Not Enough Attractions...Jamaica Fun Farm's Determination to Increase Tourism





ROSE HALL, St James — Prime Minister Bruce Golding has mandated tourism management agencies to widen the search for foreign investment for the expansion of the attraction side of the local tourist industry.

Golding said he was not convinced there were enough first-rate attractions on the island and urged that focus not just be placed on hotel development.


"I am not satisfied that we have enough attractions to keep our visitors as excitingly engaged as we want them to be. We have seen impressive success of investment of attractions that are well-conceived, well-designed and well managed. You think of Chukka Cove, Dolphin Cove, you look at Margaritaville, you look at Mystic Mountain. These are attractions that have done well and are themselves becoming parts of the Jamaican brand name. But there is scope for so much more," Golding said.

To this end, the prime minister has challenged Tourism Minister Edmund Bartlett to expand to global levels the campaign for investment in local attractions.

"I want to suggest that there are other frontiers that beckon, that are waiting to be conquered. I have asked the minister of tourism as he goes around the world and as he promotes tourism, and as he promotes investments in hotel development, that he include in his promotions investment in attractions as well," Prime Minister Golding charged.
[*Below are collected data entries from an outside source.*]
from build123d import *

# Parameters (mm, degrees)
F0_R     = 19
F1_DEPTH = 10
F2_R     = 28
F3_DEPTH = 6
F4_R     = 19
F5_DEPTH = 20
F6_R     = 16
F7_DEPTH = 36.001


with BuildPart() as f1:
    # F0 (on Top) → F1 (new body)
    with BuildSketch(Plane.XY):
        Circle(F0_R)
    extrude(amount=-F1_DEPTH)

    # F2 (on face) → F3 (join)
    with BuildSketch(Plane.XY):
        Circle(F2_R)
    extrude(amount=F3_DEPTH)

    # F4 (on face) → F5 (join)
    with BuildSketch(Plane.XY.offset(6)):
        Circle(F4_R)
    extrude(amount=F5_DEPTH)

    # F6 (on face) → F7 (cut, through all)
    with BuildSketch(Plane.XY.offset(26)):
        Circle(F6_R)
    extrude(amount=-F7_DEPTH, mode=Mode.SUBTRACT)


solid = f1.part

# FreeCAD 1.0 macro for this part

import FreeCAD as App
import Part
import Sketcher

doc = App.newDocument("Part")
body = doc.addObject("PartDesign::Body", "Body")

# Sketch on XY plane
sketch1 = doc.addObject("Sketcher::SketchObject", "Sketch")
body.addObject(sketch1)
sketch1.AttachmentSupport = (doc.XY_Plane, [""])
sketch1.MapMode = "FlatFace"
sketch1.addGeometry(Part.Circle(App.Vector(0, 0, 0), App.Vector(0, 0, 1), 19), False)
sketch1.addConstraint(Sketcher.Constraint("Coincident", 0, 3, -1, 1))
sketch1.addConstraint(Sketcher.Constraint("Diameter", 0, 38.0))
pad1 = doc.addObject("PartDesign::Pad", "Pad")
body.addObject(pad1)
pad1.Profile = sketch1
pad1.Length = 10
pad1.Reversed = True

# Sketch on XY plane
sketch2 = doc.addObject("Sketcher::SketchObject", "Sketch001")
body.addObject(sketch2)
sketch2.AttachmentSupport = (doc.XY_Plane, [""])
sketch2.MapMode = "FlatFace"
sketch2.addGeometry(Part.Circle(App.Vector(0, 0, 0), App.Vector(0, 0, 1), 28), False)
sketch2.addConstraint(Sketcher.Constraint("Coincident", 0, 3, -1, 1))
sketch2.addConstraint(Sketcher.Constraint("Diameter", 0, 56.0))
pad2 = doc.addObject("PartDesign::Pad", "Pad001")
body.addObject(pad2)
pad2.Profile = sketch2
pad2.Length = 6

# Sketch on XY plane
sketch3 = doc.addObject("Sketcher::SketchObject", "Sketch002")
body.addObject(sketch3)
sketch3.AttachmentSupport = (doc.XY_Plane, [""])
sketch3.MapMode = "FlatFace"
sketch3.AttachmentOffset = App.Placement(App.Vector(0, 0, 6), App.Rotation())
sketch3.addGeometry(Part.Circle(App.Vector(0, 0, 0), App.Vector(0, 0, 1), 19), False)
sketch3.addConstraint(Sketcher.Constraint("Coincident", 0, 3, -1, 1))
sketch3.addConstraint(Sketcher.Constraint("Diameter", 0, 38.0))
pad3 = doc.addObject("PartDesign::Pad", "Pad002")
body.addObject(pad3)
pad3.Profile = sketch3
pad3.Length = 20

# Sketch on XY plane
sketch4 = doc.addObject("Sketcher::SketchObject", "Sketch003")
body.addObject(sketch4)
sketch4.AttachmentSupport = (doc.XY_Plane, [""])
sketch4.MapMode = "FlatFace"
sketch4.AttachmentOffset = App.Placement(App.Vector(0, 0, 26), App.Rotation())
sketch4.addGeometry(Part.Circle(App.Vector(0, 0, 0), App.Vector(0, 0, 1), 16), False)
sketch4.addConstraint(Sketcher.Constraint("Coincident", 0, 3, -1, 1))
sketch4.addConstraint(Sketcher.Constraint("Diameter", 0, 32.0))
pocket1 = doc.addObject("PartDesign::Pocket", "Pocket")
body.addObject(pocket1)
pocket1.Profile = sketch4
pocket1.Type = "ThroughAll"

doc.recompute()
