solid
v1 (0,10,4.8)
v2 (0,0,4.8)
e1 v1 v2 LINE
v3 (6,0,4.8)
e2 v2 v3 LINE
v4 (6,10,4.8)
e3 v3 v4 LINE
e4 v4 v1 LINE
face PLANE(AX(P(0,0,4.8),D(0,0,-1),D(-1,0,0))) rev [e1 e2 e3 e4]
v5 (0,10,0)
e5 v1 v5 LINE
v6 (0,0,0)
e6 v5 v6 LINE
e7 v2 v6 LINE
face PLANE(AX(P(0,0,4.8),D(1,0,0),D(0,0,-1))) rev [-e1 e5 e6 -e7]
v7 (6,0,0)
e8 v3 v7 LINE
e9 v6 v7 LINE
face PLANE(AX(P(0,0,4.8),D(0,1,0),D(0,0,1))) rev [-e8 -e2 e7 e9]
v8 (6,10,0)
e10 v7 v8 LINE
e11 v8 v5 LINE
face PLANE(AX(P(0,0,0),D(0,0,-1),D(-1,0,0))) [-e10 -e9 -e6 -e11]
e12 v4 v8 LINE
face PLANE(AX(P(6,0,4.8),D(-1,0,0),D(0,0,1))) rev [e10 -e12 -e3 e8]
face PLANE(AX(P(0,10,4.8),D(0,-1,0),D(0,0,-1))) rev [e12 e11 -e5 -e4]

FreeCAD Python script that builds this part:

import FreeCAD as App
import Part
import Sketcher

doc = App.newDocument("Part")
body = doc.addObject("PartDesign::Body", "Body")

# Sketch on XY plane
sketch1 = body.newObject("Sketcher::SketchObject", "Sketch")
sketch1.AttachmentSupport = (doc.getObject("XY_Plane"), [""])
sketch1.MapMode = "FlatFace"
sketch1.addGeometry(Part.LineSegment(App.Vector(0, 10, 0), App.Vector(0, 0, 0)), False)
sketch1.addGeometry(Part.LineSegment(App.Vector(0, 0, 0), App.Vector(6, 0, 0)), False)
sketch1.addGeometry(Part.LineSegment(App.Vector(6, 0, 0), App.Vector(6, 10, 0)), False)
sketch1.addGeometry(Part.LineSegment(App.Vector(6, 10, 0), App.Vector(0, 10, 0)), False)
sketch1.addConstraint(Sketcher.Constraint("Coincident", 0, 2, 1, 1))
sketch1.addConstraint(Sketcher.Constraint("Coincident", 1, 2, 2, 1))
sketch1.addConstraint(Sketcher.Constraint("Coincident", 2, 2, 3, 1))
sketch1.addConstraint(Sketcher.Constraint("Coincident", 3, 2, 0, 1))
sketch1.addConstraint(Sketcher.Constraint("Vertical", 0))
sketch1.addConstraint(Sketcher.Constraint("Horizontal", 1))
sketch1.addConstraint(Sketcher.Constraint("Vertical", 2))
sketch1.addConstraint(Sketcher.Constraint("Horizontal", 3))
sketch1.addConstraint(Sketcher.Constraint("Coincident", 0, 2, -1, 1))
sketch1.addConstraint(Sketcher.Constraint("DistanceX", 1, 1, 1, 2, 6.0))
sketch1.addConstraint(Sketcher.Constraint("DistanceY", 0, 2, 0, 1, 10.0))
pad1 = body.newObject("PartDesign::Pad", "Pad")
pad1.Profile = sketch1
pad1.Length = 4.8

doc.recompute()
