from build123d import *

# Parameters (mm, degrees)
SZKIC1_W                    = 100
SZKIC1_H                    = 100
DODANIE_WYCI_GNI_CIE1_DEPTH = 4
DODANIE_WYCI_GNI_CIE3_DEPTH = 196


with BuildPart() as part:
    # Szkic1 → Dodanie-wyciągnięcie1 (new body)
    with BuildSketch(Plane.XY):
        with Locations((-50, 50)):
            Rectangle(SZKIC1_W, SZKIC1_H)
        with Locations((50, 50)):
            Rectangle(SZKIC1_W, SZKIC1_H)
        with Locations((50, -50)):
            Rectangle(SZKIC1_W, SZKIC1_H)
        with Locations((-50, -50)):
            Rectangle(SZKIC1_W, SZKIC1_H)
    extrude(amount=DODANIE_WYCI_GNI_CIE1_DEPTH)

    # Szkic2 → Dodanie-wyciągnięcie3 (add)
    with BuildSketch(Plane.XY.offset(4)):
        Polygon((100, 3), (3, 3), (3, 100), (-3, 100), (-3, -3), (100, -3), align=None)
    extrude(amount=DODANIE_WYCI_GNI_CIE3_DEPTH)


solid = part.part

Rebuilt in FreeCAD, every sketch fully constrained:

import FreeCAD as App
import Part
import Sketcher

V = App.Vector

doc = App.newDocument("Part")
body = doc.addObject("PartDesign::Body", "Body")

# Sketch on XY plane
sketch1 = doc.addObject("Sketcher::SketchObject", "Sketch")
body.addObject(sketch1)
sketch1.AttachmentSupport = (doc.XY_Plane, [""])
sketch1.MapMode = "FlatFace"
sketch1.addGeometry([
    Part.LineSegment(V(-100, 100, 0), V(-100, -100, 0)),
    Part.LineSegment(V(-100, -100, 0), V(100, -100, 0)),
    Part.LineSegment(V(100, -100, 0), V(100, 100, 0)),
    Part.LineSegment(V(100, 100, 0), V(-100, 100, 0)),
], False)
sketch1.addConstraint([
    Sketcher.Constraint("Coincident", 0, 2, 1, 1),
    Sketcher.Constraint("Coincident", 1, 2, 2, 1),
    Sketcher.Constraint("Coincident", 2, 2, 3, 1),
    Sketcher.Constraint("Coincident", 3, 2, 0, 1),
    Sketcher.Constraint("Vertical", 0),
    Sketcher.Constraint("Horizontal", 1),
    Sketcher.Constraint("Vertical", 2),
    Sketcher.Constraint("Horizontal", 3),
    Sketcher.Constraint("Symmetric", 0, 2, 2, 2, -1, 1),
    Sketcher.Constraint("Equal", 3, 0),
    Sketcher.Constraint("DistanceX", 1, 1, 1, 2, 200.0),
])
pad1 = doc.addObject("PartDesign::Pad", "Pad")
body.addObject(pad1)
pad1.Profile = sketch1
pad1.Length = 4

# Sketch on XY plane
sketch2 = doc.addObject("Sketcher::SketchObject", "Sketch001")
body.addObject(sketch2)
sketch2.AttachmentSupport = (doc.XY_Plane, [""])
sketch2.MapMode = "FlatFace"
sketch2.AttachmentOffset = App.Placement(V(0, 0, 4), App.Rotation())
sketch2.addGeometry([
    Part.LineSegment(V(100, 3, 0), V(3, 3, 0)),  # 0
    Part.LineSegment(V(3, 3, 0), V(3, 100, 0)),  # 1
    Part.LineSegment(V(3, 100, 0), V(-3, 100, 0)),  # 2
    Part.LineSegment(V(-3, 100, 0), V(-3, -3, 0)),  # 3
    Part.LineSegment(V(-3, -3, 0), V(100, -3, 0)),  # 4
    Part.LineSegment(V(100, -3, 0), V(100, 3, 0)),  # 5
], False)
sketch2.addConstraint([
    Sketcher.Constraint("Coincident", 0, 2, 1, 1),
    Sketcher.Constraint("Coincident", 1, 2, 2, 1),
    Sketcher.Constraint("Coincident", 2, 2, 3, 1),
    Sketcher.Constraint("Coincident", 3, 2, 4, 1),
    Sketcher.Constraint("Coincident", 4, 2, 5, 1),
    Sketcher.Constraint("Coincident", 5, 2, 0, 1),
    Sketcher.Constraint("Horizontal", 0),
    Sketcher.Constraint("Vertical", 1),
    Sketcher.Constraint("Horizontal", 2),
    Sketcher.Constraint("Vertical", 3),
    Sketcher.Constraint("Horizontal", 4),
    Sketcher.Constraint("Vertical", 5),
    Sketcher.Constraint("Symmetric", 0, 2, 3, 2, -1, 1),
    Sketcher.Constraint("Equal", 0, 1),
    Sketcher.Constraint("Equal", 4, 3),
    Sketcher.Constraint("DistanceX", 0, 2, 0, 1, 97.0),
    Sketcher.Constraint("DistanceX", 2, 2, 2, 1, 6.0),
])
pad2 = doc.addObject("PartDesign::Pad", "Pad001")
body.addObject(pad2)
pad2.Profile = sketch2
pad2.Length = 196

doc.recompute()
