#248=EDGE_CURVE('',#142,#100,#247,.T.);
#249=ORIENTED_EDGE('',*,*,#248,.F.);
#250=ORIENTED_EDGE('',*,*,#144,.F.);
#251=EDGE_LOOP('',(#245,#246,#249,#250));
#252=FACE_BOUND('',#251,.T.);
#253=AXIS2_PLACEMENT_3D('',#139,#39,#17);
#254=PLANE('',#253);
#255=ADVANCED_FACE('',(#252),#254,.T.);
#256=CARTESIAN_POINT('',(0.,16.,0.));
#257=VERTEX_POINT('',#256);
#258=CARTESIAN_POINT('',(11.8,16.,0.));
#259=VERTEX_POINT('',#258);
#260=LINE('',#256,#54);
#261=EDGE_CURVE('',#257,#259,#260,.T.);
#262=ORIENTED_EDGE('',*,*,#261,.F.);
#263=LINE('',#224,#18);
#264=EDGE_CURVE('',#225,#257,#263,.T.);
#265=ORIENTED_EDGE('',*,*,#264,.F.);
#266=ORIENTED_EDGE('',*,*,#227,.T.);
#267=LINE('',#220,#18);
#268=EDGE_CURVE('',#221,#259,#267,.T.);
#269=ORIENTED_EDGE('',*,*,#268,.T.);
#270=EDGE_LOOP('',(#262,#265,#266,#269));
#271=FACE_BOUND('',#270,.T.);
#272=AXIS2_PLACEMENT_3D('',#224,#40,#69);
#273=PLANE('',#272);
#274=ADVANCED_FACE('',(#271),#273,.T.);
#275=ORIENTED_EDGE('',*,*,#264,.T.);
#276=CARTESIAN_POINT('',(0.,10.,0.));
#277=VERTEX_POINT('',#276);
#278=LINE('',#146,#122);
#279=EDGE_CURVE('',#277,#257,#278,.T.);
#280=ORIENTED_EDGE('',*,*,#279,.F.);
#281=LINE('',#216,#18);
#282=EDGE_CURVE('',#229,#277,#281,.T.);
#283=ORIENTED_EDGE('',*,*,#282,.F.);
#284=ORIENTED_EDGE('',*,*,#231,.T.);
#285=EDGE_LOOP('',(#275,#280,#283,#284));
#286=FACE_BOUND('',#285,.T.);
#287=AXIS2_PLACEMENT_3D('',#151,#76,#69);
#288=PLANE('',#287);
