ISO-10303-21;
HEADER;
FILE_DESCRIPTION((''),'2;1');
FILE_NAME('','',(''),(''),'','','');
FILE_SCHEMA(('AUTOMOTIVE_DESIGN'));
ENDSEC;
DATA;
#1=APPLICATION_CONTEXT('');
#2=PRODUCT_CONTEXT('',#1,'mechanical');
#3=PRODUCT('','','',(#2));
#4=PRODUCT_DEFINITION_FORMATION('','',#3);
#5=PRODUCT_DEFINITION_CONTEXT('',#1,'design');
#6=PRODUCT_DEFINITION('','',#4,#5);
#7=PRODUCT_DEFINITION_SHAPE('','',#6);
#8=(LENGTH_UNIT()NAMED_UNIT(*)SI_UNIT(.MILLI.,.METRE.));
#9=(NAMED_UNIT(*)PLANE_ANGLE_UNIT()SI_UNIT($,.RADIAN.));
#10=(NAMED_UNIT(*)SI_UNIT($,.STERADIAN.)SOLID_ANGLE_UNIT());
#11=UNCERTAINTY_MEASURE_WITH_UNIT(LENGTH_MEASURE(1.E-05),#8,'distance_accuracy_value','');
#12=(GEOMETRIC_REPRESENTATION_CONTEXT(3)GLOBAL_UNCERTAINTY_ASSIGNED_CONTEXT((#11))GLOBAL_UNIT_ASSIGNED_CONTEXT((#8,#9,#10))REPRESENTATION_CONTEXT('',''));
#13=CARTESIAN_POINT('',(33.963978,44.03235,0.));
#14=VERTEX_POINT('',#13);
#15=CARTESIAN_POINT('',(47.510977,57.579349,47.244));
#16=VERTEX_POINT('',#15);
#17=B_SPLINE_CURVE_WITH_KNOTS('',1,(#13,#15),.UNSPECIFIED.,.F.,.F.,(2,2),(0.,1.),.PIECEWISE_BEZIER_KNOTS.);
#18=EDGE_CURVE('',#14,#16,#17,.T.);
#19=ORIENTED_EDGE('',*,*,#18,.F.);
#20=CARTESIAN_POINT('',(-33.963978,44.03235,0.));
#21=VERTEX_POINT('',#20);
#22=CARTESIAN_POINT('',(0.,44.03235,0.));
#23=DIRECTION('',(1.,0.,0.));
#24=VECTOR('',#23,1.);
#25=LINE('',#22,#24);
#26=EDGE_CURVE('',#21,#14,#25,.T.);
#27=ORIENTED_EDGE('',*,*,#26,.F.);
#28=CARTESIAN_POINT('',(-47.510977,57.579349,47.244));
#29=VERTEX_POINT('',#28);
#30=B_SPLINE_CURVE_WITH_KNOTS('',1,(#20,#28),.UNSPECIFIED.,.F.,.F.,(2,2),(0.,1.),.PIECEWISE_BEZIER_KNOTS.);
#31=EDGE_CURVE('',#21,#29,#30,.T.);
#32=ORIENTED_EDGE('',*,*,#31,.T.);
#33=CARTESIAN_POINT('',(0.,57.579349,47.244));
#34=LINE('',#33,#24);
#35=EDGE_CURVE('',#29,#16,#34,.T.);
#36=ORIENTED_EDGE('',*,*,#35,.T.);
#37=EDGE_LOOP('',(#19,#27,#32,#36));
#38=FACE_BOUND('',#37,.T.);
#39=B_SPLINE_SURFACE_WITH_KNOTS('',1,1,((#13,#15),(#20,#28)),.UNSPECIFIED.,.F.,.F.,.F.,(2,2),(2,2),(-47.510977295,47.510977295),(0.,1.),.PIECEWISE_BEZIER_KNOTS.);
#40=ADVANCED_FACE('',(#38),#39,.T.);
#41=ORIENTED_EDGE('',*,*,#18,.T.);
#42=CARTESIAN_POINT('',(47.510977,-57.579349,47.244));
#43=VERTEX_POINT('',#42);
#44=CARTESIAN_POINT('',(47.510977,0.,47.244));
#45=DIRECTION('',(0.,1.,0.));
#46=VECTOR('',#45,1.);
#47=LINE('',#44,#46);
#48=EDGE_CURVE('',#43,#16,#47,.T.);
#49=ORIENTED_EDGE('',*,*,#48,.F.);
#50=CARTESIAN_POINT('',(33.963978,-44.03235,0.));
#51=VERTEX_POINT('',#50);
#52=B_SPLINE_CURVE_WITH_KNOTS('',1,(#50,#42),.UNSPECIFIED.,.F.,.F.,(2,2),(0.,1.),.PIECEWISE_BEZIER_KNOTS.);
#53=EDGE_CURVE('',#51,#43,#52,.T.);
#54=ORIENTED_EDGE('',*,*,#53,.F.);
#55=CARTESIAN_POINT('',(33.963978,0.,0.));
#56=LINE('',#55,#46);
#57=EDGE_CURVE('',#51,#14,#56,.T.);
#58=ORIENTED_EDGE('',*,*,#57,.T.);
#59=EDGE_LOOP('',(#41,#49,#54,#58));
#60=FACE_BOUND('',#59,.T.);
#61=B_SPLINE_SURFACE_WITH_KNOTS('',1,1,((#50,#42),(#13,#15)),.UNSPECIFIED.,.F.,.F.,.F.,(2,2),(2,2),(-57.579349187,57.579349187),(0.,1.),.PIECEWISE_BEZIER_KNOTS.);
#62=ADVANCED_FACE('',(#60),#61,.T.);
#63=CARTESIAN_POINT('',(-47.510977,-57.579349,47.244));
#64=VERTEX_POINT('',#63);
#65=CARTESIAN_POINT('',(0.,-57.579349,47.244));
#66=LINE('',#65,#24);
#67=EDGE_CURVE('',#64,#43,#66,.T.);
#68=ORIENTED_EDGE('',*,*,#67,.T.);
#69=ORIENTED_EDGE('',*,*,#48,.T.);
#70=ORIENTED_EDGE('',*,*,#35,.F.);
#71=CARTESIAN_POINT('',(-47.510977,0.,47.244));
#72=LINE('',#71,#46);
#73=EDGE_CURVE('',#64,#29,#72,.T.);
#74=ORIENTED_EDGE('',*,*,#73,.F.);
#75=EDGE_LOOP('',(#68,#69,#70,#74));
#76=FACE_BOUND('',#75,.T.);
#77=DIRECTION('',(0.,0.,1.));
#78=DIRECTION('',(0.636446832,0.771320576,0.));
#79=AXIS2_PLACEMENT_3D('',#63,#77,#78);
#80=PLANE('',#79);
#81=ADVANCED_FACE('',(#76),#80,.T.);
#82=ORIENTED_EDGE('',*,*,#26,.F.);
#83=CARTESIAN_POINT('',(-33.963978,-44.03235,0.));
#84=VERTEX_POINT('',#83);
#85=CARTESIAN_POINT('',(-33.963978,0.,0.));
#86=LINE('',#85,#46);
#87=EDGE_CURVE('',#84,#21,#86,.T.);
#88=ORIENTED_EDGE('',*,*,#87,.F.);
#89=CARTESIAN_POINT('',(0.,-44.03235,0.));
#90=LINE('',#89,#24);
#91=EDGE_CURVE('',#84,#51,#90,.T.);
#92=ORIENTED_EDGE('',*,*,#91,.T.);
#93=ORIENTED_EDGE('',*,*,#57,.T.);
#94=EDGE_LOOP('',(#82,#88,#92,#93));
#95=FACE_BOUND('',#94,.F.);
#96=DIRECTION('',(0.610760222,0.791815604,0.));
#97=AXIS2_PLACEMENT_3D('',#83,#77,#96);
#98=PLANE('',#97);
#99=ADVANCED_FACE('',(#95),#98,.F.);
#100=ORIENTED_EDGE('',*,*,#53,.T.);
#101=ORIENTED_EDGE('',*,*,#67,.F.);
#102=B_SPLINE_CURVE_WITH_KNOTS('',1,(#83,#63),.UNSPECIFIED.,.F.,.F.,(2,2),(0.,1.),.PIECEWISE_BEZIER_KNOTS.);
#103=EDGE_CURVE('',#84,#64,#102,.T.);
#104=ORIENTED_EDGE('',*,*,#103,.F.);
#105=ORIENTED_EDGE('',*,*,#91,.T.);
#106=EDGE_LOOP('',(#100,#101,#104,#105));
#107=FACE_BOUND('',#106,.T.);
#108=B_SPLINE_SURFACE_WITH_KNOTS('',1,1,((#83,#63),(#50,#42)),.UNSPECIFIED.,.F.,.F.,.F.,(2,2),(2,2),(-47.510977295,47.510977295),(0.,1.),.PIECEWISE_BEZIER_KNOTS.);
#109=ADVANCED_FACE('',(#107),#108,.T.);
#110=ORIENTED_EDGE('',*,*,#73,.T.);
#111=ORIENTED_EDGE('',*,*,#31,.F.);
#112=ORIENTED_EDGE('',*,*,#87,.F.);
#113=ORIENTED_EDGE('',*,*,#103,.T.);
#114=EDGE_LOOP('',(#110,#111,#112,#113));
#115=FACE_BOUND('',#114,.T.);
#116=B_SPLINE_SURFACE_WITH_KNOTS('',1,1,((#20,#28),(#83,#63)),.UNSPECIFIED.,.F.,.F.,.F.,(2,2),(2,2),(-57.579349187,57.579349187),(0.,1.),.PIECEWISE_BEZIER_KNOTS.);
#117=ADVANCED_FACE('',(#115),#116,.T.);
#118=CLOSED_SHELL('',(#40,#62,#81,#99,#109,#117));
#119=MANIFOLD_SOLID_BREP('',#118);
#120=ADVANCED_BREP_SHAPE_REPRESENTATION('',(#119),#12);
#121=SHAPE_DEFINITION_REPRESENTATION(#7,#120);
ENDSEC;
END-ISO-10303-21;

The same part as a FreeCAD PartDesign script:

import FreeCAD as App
import Part
import Sketcher
Q = App.Units.Quantity

doc = App.newDocument("Part")
body = doc.addObject("PartDesign::Body", "Body")

sketch1 = body.newObject("Sketcher::SketchObject", "Sketch")
sketch1.AttachmentSupport = (doc.getObject("XY_Plane"), [""])
sketch1.MapMode = "FlatFace"
sketch1.addGeometry([
    Part.LineSegment(App.Vector(-34, 44, 0), App.Vector(-34, -44, 0)),
    Part.LineSegment(App.Vector(-34, -44, 0), App.Vector(34, -44, 0)),
    Part.LineSegment(App.Vector(34, -44, 0), App.Vector(34, 44, 0)),
    Part.LineSegment(App.Vector(34, 44, 0), App.Vector(-34, 44, 0)),
], False)
sketch1.addConstraint([
    Sketcher.Constraint("Coincident", 0, 2, 1, 1),
    Sketcher.Constraint("Coincident", 1, 2, 2, 1),
    Sketcher.Constraint("Coincident", 2, 2, 3, 1),
    Sketcher.Constraint("Coincident", 3, 2, 0, 1),
    Sketcher.Constraint("Vertical", 0),
    Sketcher.Constraint("Horizontal", 1),
    Sketcher.Constraint("Vertical", 2),
    Sketcher.Constraint("Horizontal", 3),
    Sketcher.Constraint("Symmetric", 0, 2, 2, 2, -1, 1),
    Sketcher.Constraint("DistanceY", 0, 2, 0, 1, Q("88.0647 mm")),
    Sketcher.Constraint("DistanceX", 1, 1, 1, 2, Q("67.927957 mm")),
])
pad1 = body.newObject("PartDesign::Pad", "Pad")
pad1.Profile = sketch1
pad1.Length = Q("1.86 in")
pad1.TaperAngle = 16

sketch2 = body.newObject("Sketcher::SketchObject", "Sketch001")
sketch2.AttachmentSupport = (doc.getObject("XY_Plane"), [""])
sketch2.MapMode = "FlatFace"
sketch2.addGeometry([
    Part.LineSegment(App.Vector(-34, 44, 0), App.Vector(-34, -44, 0)),
    Part.LineSegment(App.Vector(-34, -44, 0), App.Vector(34, -44, 0)),
    Part.LineSegment(App.Vector(34, -44, 0), App.Vector(34, 44, 0)),
    Part.LineSegment(App.Vector(34, 44, 0), App.Vector(-34, 44, 0)),
], False)
sketch2.addConstraint([
    Sketcher.Constraint("Coincident", 0, 2, 1, 1),
    Sketcher.Constraint("Coincident", 1, 2, 2, 1),
    Sketcher.Constraint("Coincident", 2, 2, 3, 1),
    Sketcher.Constraint("Coincident", 3, 2, 0, 1),
    Sketcher.Constraint("Vertical", 0),
    Sketcher.Constraint("Horizontal", 1),
    Sketcher.Constraint("Vertical", 2),
    Sketcher.Constraint("Horizontal", 3),
    Sketcher.Constraint("Symmetric", 0, 2, 2, 2, -1, 1),
    Sketcher.Constraint("DistanceY", 0, 2, 0, 1, Q("88.0647 mm")),
    Sketcher.Constraint("DistanceX", 1, 1, 1, 2, Q("67.927957 mm")),
])
pad2 = body.newObject("PartDesign::Pad", "Pad001")
pad2.Profile = sketch2
pad2.Length = Q("1 in")

doc.recompute()
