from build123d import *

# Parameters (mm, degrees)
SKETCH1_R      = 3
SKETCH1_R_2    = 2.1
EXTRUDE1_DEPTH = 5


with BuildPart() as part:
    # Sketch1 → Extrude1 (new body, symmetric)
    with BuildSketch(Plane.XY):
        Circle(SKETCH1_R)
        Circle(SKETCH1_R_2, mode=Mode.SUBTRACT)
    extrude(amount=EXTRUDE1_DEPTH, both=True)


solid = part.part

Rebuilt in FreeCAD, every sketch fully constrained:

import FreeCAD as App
import Part
import Sketcher
from FreeCAD import Vector

doc = App.newDocument("Part")
body = doc.addObject("PartDesign::Body", "Body")

sketch1 = doc.addObject("Sketcher::SketchObject", "Sketch")
body.addObject(sketch1)
sketch1.AttachmentSupport = (doc.XY_Plane, [""])
sketch1.MapMode = "FlatFace"
sketch1.addGeometry([
    Part.Circle(Vector(0, 0, 0), Vector(0, 0, 1), 3),
    Part.Circle(Vector(0, 0, 0), Vector(0, 0, 1), 2.1),
], False)
sketch1.addConstraint([
    Sketcher.Constraint("Coincident", 0, 3, -1, 1),
    Sketcher.Constraint("Coincident", 1, 3, -1, 1),
    Sketcher.Constraint("Diameter", 0, 6.0),
    Sketcher.Constraint("Diameter", 1, 4.2),
])
pad1 = doc.addObject("PartDesign::Pad", "Pad")
body.addObject(pad1)
pad1.Profile = sketch1
pad1.Length = 10
pad1.Midplane = True

doc.recompute()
The prime minister was speaking Friday at the opening of the US$35million Montego Bay Convention Centre in time to host the premier regional tourism trade show, Caribbean Marketplace -- set to take place from January 16-18.

"In so many things we offer a little of this, and a little of that. We can do so much more, we can do so much better than this kind of knick-knacks approach. And it is a challenge that I throw out to the Ministry of Tourism, to the JTB (Jamaica Tourist Board), to the TPDCo (Tourism Product Developent Company) to the Tourism Enhancement Fund, let us expand Ed Bartlett's big thinking," Golding argued.

"Let's look at areas of tourism that perhaps we have never conceived in any serious ways before and let us see what may not yet be within our grasp but within our reach if we simply reach out far enough. Let's do the evaluation, the analysis, let's study the market, let's stretch our possibilities. We're gonna build a strategy to bring not just more tourists to Jamaica, but more tourists of different types, of different interests," he said.